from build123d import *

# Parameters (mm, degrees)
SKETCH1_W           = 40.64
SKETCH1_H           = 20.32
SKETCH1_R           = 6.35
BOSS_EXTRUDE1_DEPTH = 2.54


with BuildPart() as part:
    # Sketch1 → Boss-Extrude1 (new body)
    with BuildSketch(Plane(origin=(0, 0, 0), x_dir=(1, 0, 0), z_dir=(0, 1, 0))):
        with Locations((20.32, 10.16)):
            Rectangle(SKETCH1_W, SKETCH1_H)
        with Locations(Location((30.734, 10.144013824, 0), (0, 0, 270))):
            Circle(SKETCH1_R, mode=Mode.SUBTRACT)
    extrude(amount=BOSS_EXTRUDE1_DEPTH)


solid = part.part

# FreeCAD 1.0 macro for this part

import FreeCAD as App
import Part
import Sketcher
Q = App.Units.Quantity

doc = App.newDocument("Part")
body = doc.addObject("PartDesign::Body", "Body")

sketch1 = body.newObject("Sketcher::SketchObject", "Sketch")
sketch1.AttachmentSupport = (doc.getObject("XZ_Plane"), [""])
sketch1.MapMode = "FlatFace"
sketch1.addGeometry([
    Part.LineSegment(App.Vector(0, -20, 0), App.Vector(0, 0, 0)),
    Part.LineSegment(App.Vector(0, 0, 0), App.Vector(41, 0, 0)),
    Part.LineSegment(App.Vector(41, 0, 0), App.Vector(41, -20, 0)),
    Part.LineSegment(App.Vector(41, -20, 0), App.Vector(0, -20, 0)),
    Part.Circle(App.Vector(31, -10, 0), App.Vector(0, 0, 1), 6),
], False)
sketch1.addConstraint([
    Sketcher.Constraint("Coincident", 0, 2, 1, 1),
    Sketcher.Constraint("Coincident", 1, 2, 2, 1),
    Sketcher.Constraint("Coincident", 2, 2, 3, 1),
    Sketcher.Constraint("Coincident", 3, 2, 0, 1),
    Sketcher.Constraint("Vertical", 0),
    Sketcher.Constraint("Horizontal", 1),
    Sketcher.Constraint("Vertical", 2),
    Sketcher.Constraint("Horizontal", 3),
    Sketcher.Constraint("Coincident", 0, 2, -1, 1),
    Sketcher.Constraint("Diameter", 4, Q("0.5 in")),
    Sketcher.Constraint("DistanceX", 1, 1, 1, 2, Q("1.6 in")),
    Sketcher.Constraint("DistanceY", 0, 1, 0, 2, Q("0.8 in")),
    Sketcher.Constraint("DistanceX", -1, 1, 4, 3, Q("1.21 in")),
    Sketcher.Constraint("DistanceY", 4, 3, -1, 1, Q("10.144014 mm")),
])
pad1 = body.newObject("PartDesign::Pad", "Pad")
pad1.Profile = sketch1
pad1.Length = Q("0.1 in")
pad1.Reversed = True

doc.recompute()
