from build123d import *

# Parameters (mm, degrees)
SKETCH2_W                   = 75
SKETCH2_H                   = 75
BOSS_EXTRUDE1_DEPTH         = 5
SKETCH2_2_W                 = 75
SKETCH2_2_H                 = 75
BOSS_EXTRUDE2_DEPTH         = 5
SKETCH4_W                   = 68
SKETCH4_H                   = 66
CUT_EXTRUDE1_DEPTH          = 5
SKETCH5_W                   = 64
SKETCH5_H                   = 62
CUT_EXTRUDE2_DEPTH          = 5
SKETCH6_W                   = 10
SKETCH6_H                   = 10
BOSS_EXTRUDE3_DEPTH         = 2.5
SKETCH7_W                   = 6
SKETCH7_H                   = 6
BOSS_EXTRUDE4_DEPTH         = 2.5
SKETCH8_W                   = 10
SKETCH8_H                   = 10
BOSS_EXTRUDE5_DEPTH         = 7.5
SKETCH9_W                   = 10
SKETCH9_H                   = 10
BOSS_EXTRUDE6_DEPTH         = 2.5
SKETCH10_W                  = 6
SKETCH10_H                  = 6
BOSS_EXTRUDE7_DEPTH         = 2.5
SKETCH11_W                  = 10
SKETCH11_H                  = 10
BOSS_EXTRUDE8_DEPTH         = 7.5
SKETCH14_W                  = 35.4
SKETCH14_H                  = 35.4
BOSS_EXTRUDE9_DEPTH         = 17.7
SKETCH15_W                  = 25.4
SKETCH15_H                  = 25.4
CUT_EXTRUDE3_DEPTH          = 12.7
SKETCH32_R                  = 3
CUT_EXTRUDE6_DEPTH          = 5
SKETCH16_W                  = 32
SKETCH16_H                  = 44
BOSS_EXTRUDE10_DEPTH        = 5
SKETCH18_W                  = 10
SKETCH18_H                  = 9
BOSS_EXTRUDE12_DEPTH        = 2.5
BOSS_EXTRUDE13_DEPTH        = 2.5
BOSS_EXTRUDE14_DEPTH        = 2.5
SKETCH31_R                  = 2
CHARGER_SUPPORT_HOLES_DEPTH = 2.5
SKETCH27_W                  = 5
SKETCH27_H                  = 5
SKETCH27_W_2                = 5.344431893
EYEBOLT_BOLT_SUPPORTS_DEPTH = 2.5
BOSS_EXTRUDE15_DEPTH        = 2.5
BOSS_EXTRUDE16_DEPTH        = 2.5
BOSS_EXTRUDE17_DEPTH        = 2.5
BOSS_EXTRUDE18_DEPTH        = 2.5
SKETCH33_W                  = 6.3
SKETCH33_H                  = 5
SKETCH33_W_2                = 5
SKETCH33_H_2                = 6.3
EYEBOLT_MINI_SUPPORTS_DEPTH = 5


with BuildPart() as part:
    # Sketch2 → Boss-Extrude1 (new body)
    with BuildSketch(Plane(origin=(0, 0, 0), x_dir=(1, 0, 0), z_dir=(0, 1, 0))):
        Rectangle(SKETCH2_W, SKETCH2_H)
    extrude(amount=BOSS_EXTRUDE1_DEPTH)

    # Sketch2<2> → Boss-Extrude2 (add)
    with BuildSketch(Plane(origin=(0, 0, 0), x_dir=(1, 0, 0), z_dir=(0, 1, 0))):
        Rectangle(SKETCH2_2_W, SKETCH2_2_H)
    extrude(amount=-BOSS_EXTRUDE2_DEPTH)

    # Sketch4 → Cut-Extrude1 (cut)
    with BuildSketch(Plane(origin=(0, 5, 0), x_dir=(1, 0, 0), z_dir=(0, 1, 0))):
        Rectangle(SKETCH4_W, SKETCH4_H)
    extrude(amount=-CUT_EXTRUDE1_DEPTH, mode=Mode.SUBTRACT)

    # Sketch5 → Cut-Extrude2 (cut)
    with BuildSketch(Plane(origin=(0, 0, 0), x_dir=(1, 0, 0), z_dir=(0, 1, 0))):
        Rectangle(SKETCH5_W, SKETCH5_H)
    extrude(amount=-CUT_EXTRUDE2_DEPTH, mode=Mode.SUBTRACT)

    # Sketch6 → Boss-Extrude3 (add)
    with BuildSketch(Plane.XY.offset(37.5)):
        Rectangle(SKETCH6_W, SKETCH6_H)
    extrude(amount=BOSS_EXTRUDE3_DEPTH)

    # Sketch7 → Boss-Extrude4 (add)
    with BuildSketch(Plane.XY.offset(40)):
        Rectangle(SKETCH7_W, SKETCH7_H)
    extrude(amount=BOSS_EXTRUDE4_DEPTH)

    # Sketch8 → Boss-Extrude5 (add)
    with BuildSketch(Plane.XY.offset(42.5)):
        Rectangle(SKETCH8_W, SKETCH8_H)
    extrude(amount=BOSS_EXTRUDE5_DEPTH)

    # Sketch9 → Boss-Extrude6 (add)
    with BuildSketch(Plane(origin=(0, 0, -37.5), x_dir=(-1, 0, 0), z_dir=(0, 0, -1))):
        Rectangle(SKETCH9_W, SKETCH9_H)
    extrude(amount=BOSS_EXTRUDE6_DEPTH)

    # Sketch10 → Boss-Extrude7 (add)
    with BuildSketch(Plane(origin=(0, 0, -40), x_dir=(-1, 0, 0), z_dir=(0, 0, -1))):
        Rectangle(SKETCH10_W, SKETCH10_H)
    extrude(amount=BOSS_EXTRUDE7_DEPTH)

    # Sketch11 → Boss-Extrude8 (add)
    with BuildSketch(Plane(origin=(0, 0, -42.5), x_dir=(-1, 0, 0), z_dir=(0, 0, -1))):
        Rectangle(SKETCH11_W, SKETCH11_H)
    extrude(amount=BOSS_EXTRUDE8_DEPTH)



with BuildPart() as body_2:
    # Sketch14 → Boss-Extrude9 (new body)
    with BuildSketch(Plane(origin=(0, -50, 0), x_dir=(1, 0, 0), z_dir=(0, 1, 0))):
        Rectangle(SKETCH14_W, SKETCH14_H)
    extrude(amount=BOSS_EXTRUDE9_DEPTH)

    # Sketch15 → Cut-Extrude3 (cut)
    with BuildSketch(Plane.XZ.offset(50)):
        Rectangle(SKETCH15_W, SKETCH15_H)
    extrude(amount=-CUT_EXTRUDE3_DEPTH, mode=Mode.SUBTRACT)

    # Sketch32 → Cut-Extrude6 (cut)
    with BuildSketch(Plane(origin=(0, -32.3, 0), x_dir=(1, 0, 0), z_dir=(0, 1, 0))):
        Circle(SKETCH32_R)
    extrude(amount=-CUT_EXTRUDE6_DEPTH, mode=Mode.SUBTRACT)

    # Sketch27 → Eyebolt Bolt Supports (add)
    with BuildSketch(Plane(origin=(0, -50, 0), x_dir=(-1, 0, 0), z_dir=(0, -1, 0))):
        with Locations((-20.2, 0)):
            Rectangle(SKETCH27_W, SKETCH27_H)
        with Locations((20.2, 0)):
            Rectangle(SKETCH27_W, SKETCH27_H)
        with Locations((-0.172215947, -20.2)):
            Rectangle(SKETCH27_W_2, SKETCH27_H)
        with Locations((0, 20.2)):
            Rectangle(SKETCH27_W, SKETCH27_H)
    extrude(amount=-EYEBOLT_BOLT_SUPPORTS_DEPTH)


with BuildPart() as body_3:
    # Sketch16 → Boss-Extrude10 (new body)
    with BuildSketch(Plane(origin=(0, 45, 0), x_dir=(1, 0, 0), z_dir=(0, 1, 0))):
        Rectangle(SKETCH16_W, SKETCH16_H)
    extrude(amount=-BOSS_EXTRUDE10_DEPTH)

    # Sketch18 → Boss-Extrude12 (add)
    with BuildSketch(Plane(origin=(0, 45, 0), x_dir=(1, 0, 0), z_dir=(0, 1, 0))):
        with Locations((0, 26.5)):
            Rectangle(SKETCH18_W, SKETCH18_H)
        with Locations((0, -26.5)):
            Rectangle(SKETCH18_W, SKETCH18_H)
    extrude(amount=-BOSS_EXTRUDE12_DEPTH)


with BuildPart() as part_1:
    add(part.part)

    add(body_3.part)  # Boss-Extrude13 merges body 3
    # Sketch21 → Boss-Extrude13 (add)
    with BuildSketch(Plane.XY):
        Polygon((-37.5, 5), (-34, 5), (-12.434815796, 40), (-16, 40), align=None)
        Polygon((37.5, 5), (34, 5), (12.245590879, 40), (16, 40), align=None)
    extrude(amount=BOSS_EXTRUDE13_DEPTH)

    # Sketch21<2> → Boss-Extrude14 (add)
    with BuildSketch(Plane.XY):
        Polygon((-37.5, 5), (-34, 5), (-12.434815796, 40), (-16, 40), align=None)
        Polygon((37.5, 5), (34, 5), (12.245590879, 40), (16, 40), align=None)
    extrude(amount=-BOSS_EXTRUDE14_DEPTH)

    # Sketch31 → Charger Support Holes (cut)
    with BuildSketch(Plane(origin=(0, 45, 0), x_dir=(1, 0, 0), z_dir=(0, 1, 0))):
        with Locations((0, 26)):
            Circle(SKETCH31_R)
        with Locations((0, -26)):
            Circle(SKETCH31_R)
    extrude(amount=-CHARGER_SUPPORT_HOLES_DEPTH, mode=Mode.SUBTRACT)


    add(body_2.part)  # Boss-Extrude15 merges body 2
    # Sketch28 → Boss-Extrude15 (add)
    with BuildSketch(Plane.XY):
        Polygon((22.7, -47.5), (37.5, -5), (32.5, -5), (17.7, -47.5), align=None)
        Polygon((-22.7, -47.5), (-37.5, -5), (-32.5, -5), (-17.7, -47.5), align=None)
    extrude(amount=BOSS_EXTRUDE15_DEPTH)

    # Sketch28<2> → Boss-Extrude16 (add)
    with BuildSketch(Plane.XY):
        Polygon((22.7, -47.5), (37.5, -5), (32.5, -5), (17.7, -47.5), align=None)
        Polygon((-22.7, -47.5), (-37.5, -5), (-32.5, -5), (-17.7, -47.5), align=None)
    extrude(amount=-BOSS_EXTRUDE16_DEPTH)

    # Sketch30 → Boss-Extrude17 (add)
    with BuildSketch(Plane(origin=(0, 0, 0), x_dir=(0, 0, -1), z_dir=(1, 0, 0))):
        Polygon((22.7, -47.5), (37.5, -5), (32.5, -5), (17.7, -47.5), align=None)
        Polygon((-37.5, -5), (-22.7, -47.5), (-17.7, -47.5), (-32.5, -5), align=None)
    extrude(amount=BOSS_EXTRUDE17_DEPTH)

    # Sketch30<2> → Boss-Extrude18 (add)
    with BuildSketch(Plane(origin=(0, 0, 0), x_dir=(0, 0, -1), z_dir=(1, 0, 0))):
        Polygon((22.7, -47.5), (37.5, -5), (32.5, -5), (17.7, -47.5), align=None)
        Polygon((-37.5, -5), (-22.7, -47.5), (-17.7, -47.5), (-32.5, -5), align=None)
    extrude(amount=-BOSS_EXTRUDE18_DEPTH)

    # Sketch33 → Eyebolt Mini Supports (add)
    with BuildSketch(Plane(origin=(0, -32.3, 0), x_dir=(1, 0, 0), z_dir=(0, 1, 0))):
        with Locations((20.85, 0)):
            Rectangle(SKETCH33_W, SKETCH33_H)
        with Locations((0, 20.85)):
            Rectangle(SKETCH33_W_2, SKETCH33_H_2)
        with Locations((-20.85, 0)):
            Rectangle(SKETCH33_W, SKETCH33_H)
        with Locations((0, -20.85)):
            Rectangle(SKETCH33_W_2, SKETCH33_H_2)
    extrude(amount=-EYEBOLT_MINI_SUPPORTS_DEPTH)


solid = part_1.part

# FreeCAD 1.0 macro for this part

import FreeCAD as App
import Part
import Sketcher


def add_polygon(sketch, points):
    """Adds a closed chain of lines whose ends are joined by coincident constraints."""
    first, n = sketch.GeometryCount, len(points)
    for a, b in zip(points, points[1:] + points[:1]):
        sketch.addGeometry(Part.LineSegment(App.Vector(*a, 0), App.Vector(*b, 0)), False)
    for i in range(n):
        sketch.addConstraint(Sketcher.Constraint("Coincident", first + i, 2, first + (i + 1) % n, 1))

doc = App.newDocument("Part")
params = doc.addObject("Spreadsheet::Sheet", "Params")
for row, (alias, value) in enumerate([
    ("sketch1_width", "75 mm"),
    ("pad1_length", "5 mm"),
    ("sketch2_width", "75 mm"),
    ("pad2_length", "5 mm"),
    ("sketch3_width", "68 mm"),
    ("sketch3_height", "66 mm"),
    ("pocket1_length", "5 mm"),
    ("sketch4_width", "64 mm"),
    ("sketch4_height", "62 mm"),
    ("pocket2_length", "5 mm"),
    ("sketch5_width", "10 mm"),
    ("pad3_length", "2.5 mm"),
    ("sketch6_width", "6 mm"),
    ("pad4_length", "2.5 mm"),
    ("sketch7_width", "10 mm"),
    ("pad5_length", "7.5 mm"),
    ("sketch8_width", "10 mm"),
    ("pad6_length", "2.5 mm"),
    ("sketch9_width", "6 mm"),
    ("pad7_length", "2.5 mm"),
    ("sketch10_width", "10 mm"),
    ("pad8_length", "7.5 mm"),
    ("sketch11_width", "35.4 mm"),
    ("pad9_length", "17.7 mm"),
    ("sketch12_width", "25.4 mm"),
    ("pocket3_length", "12.7 mm"),
    ("sketch13_diameter", "6 mm"),
    ("pocket4_length", "5 mm"),
    ("sketch14_width", "5 mm"),
    ("pad10_length", "2.5 mm"),
    ("sketch15_width", "32 mm"),
    ("sketch15_height", "44 mm"),
    ("pad11_length", "5 mm"),
    ("sketch16_width", "10 mm"),
    ("sketch16_height", "9 mm"),
    ("pad12_length", "2.5 mm"),
    ("sketch17_width", "3.5 mm"),
    ("pad13_length", "2.5 mm"),
    ("sketch18_width", "3.5 mm"),
    ("pad14_length", "2.5 mm"),
    ("sketch19_diameter", "4 mm"),
    ("pocket5_length", "2.5 mm"),
    ("sketch20_width", "5 mm"),
    ("pad15_length", "2.5 mm"),
    ("sketch21_width", "5 mm"),
    ("pad16_length", "2.5 mm"),
    ("sketch22_height", "5 mm"),
    ("pad17_length", "2.5 mm"),
    ("sketch23_height", "5 mm"),
    ("pad18_length", "2.5 mm"),
    ("sketch24_width", "5 mm"),
    ("sketch24_width2", "6.3 mm"),
    ("pad19_length", "5 mm"),
], start=1):
    params.set(f"A{row}", alias)
    params.set(f"B{row}", "=" + value)
    params.setAlias(f"B{row}", alias)

body = doc.addObject("PartDesign::Body", "Body")

# Sketch on XZ plane
sketch1 = doc.addObject("Sketcher::SketchObject", "Sketch")
body.addObject(sketch1)
sketch1.AttachmentSupport = (doc.XZ_Plane, [""])
sketch1.MapMode = "FlatFace"
add_polygon(sketch1, [(-38, -38), (-38, 38), (38, 38), (38, -38)])  # lines 0-3
sketch1.addConstraint([
    Sketcher.Constraint("Vertical", 0),
    Sketcher.Constraint("Horizontal", 1),
    Sketcher.Constraint("Vertical", 2),
    Sketcher.Constraint("Horizontal", 3),
    Sketcher.Constraint("Symmetric", 0, 2, 2, 2, -1, 1),
    Sketcher.Constraint("Equal", 3, 0),
    Sketcher.Constraint("DistanceX", 1, 1, 1, 2, 75.0),
])
sketch1.setExpression("Constraints[10]", "Params.sketch1_width")
pad1 = doc.addObject("PartDesign::Pad", "Pad")
body.addObject(pad1)
pad1.Profile = sketch1
pad1.setExpression("Length", "Params.pad1_length")
pad1.Reversed = True

# Sketch on XZ plane
sketch2 = doc.addObject("Sketcher::SketchObject", "Sketch001")
body.addObject(sketch2)
sketch2.AttachmentSupport = (doc.XZ_Plane, [""])
sketch2.MapMode = "FlatFace"
add_polygon(sketch2, [(-38, -38), (-38, 38), (38, 38), (38, -38)])  # lines 0-3
sketch2.addConstraint([
    Sketcher.Constraint("Vertical", 0),
    Sketcher.Constraint("Horizontal", 1),
    Sketcher.Constraint("Vertical", 2),
    Sketcher.Constraint("Horizontal", 3),
    Sketcher.Constraint("Symmetric", 0, 2, 2, 2, -1, 1),
    Sketcher.Constraint("Equal", 3, 0),
    Sketcher.Constraint("DistanceX", 1, 1, 1, 2, 75.0),
])
sketch2.setExpression("Constraints[10]", "Params.sketch2_width")
pad2 = doc.addObject("PartDesign::Pad", "Pad001")
body.addObject(pad2)
pad2.Profile = sketch2
pad2.setExpression("Length", "Params.pad2_length")

# Sketch on XZ plane
sketch3 = doc.addObject("Sketcher::SketchObject", "Sketch002")
body.addObject(sketch3)
sketch3.AttachmentSupport = (doc.XZ_Plane, [""])
sketch3.MapMode = "FlatFace"
sketch3.AttachmentOffset = App.Placement(App.Vector(0, 0, -5), App.Rotation())
add_polygon(sketch3, [(-34, -33), (-34, 33), (34, 33), (34, -33)])  # lines 0-3
sketch3.addConstraint([
    Sketcher.Constraint("Vertical", 0),
    Sketcher.Constraint("Horizontal", 1),
    Sketcher.Constraint("Vertical", 2),
    Sketcher.Constraint("Horizontal", 3),
    Sketcher.Constraint("Symmetric", 0, 2, 2, 2, -1, 1),
    Sketcher.Constraint("DistanceX", 1, 1, 1, 2, 68.0),
    Sketcher.Constraint("DistanceY", 0, 1, 0, 2, 66.0),
])
sketch3.setExpression("Constraints[9]", "Params.sketch3_width")
sketch3.setExpression("Constraints[10]", "Params.sketch3_height")
pocket1 = doc.addObject("PartDesign::Pocket", "Pocket")
body.addObject(pocket1)
pocket1.Profile = sketch3
pocket1.setExpression("Length", "Params.pocket1_length")
pocket1.Reversed = True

§ **Work required**: The answer is the lines above between the line holding "extrude(amount=-BOSS_EXTRUDE14_DEPTH)" and the line holding "extrude(amount=BOSS_EXTRUDE15_DEPTH)", inclusive, each written out exactly, and no others.

§ **Response to the exercise**:
    extrude(amount=-BOSS_EXTRUDE14_DEPTH)

    # Sketch31 → Charger Support Holes (cut)
    with BuildSketch(Plane(origin=(0, 45, 0), x_dir=(1, 0, 0), z_dir=(0, 1, 0))):
        with Locations((0, 26)):
            Circle(SKETCH31_R)
        with Locations((0, -26)):
            Circle(SKETCH31_R)
    extrude(amount=-CHARGER_SUPPORT_HOLES_DEPTH, mode=Mode.SUBTRACT)


    add(body_2.part)  # Boss-Extrude15 merges body 2
    # Sketch28 → Boss-Extrude15 (add)
    with BuildSketch(Plane.XY):
        Polygon((22.7, -47.5), (37.5, -5), (32.5, -5), (17.7, -47.5), align=None)
        Polygon((-22.7, -47.5), (-37.5, -5), (-32.5, -5), (-17.7, -47.5), align=None)
    extrude(amount=BOSS_EXTRUDE15_DEPTH)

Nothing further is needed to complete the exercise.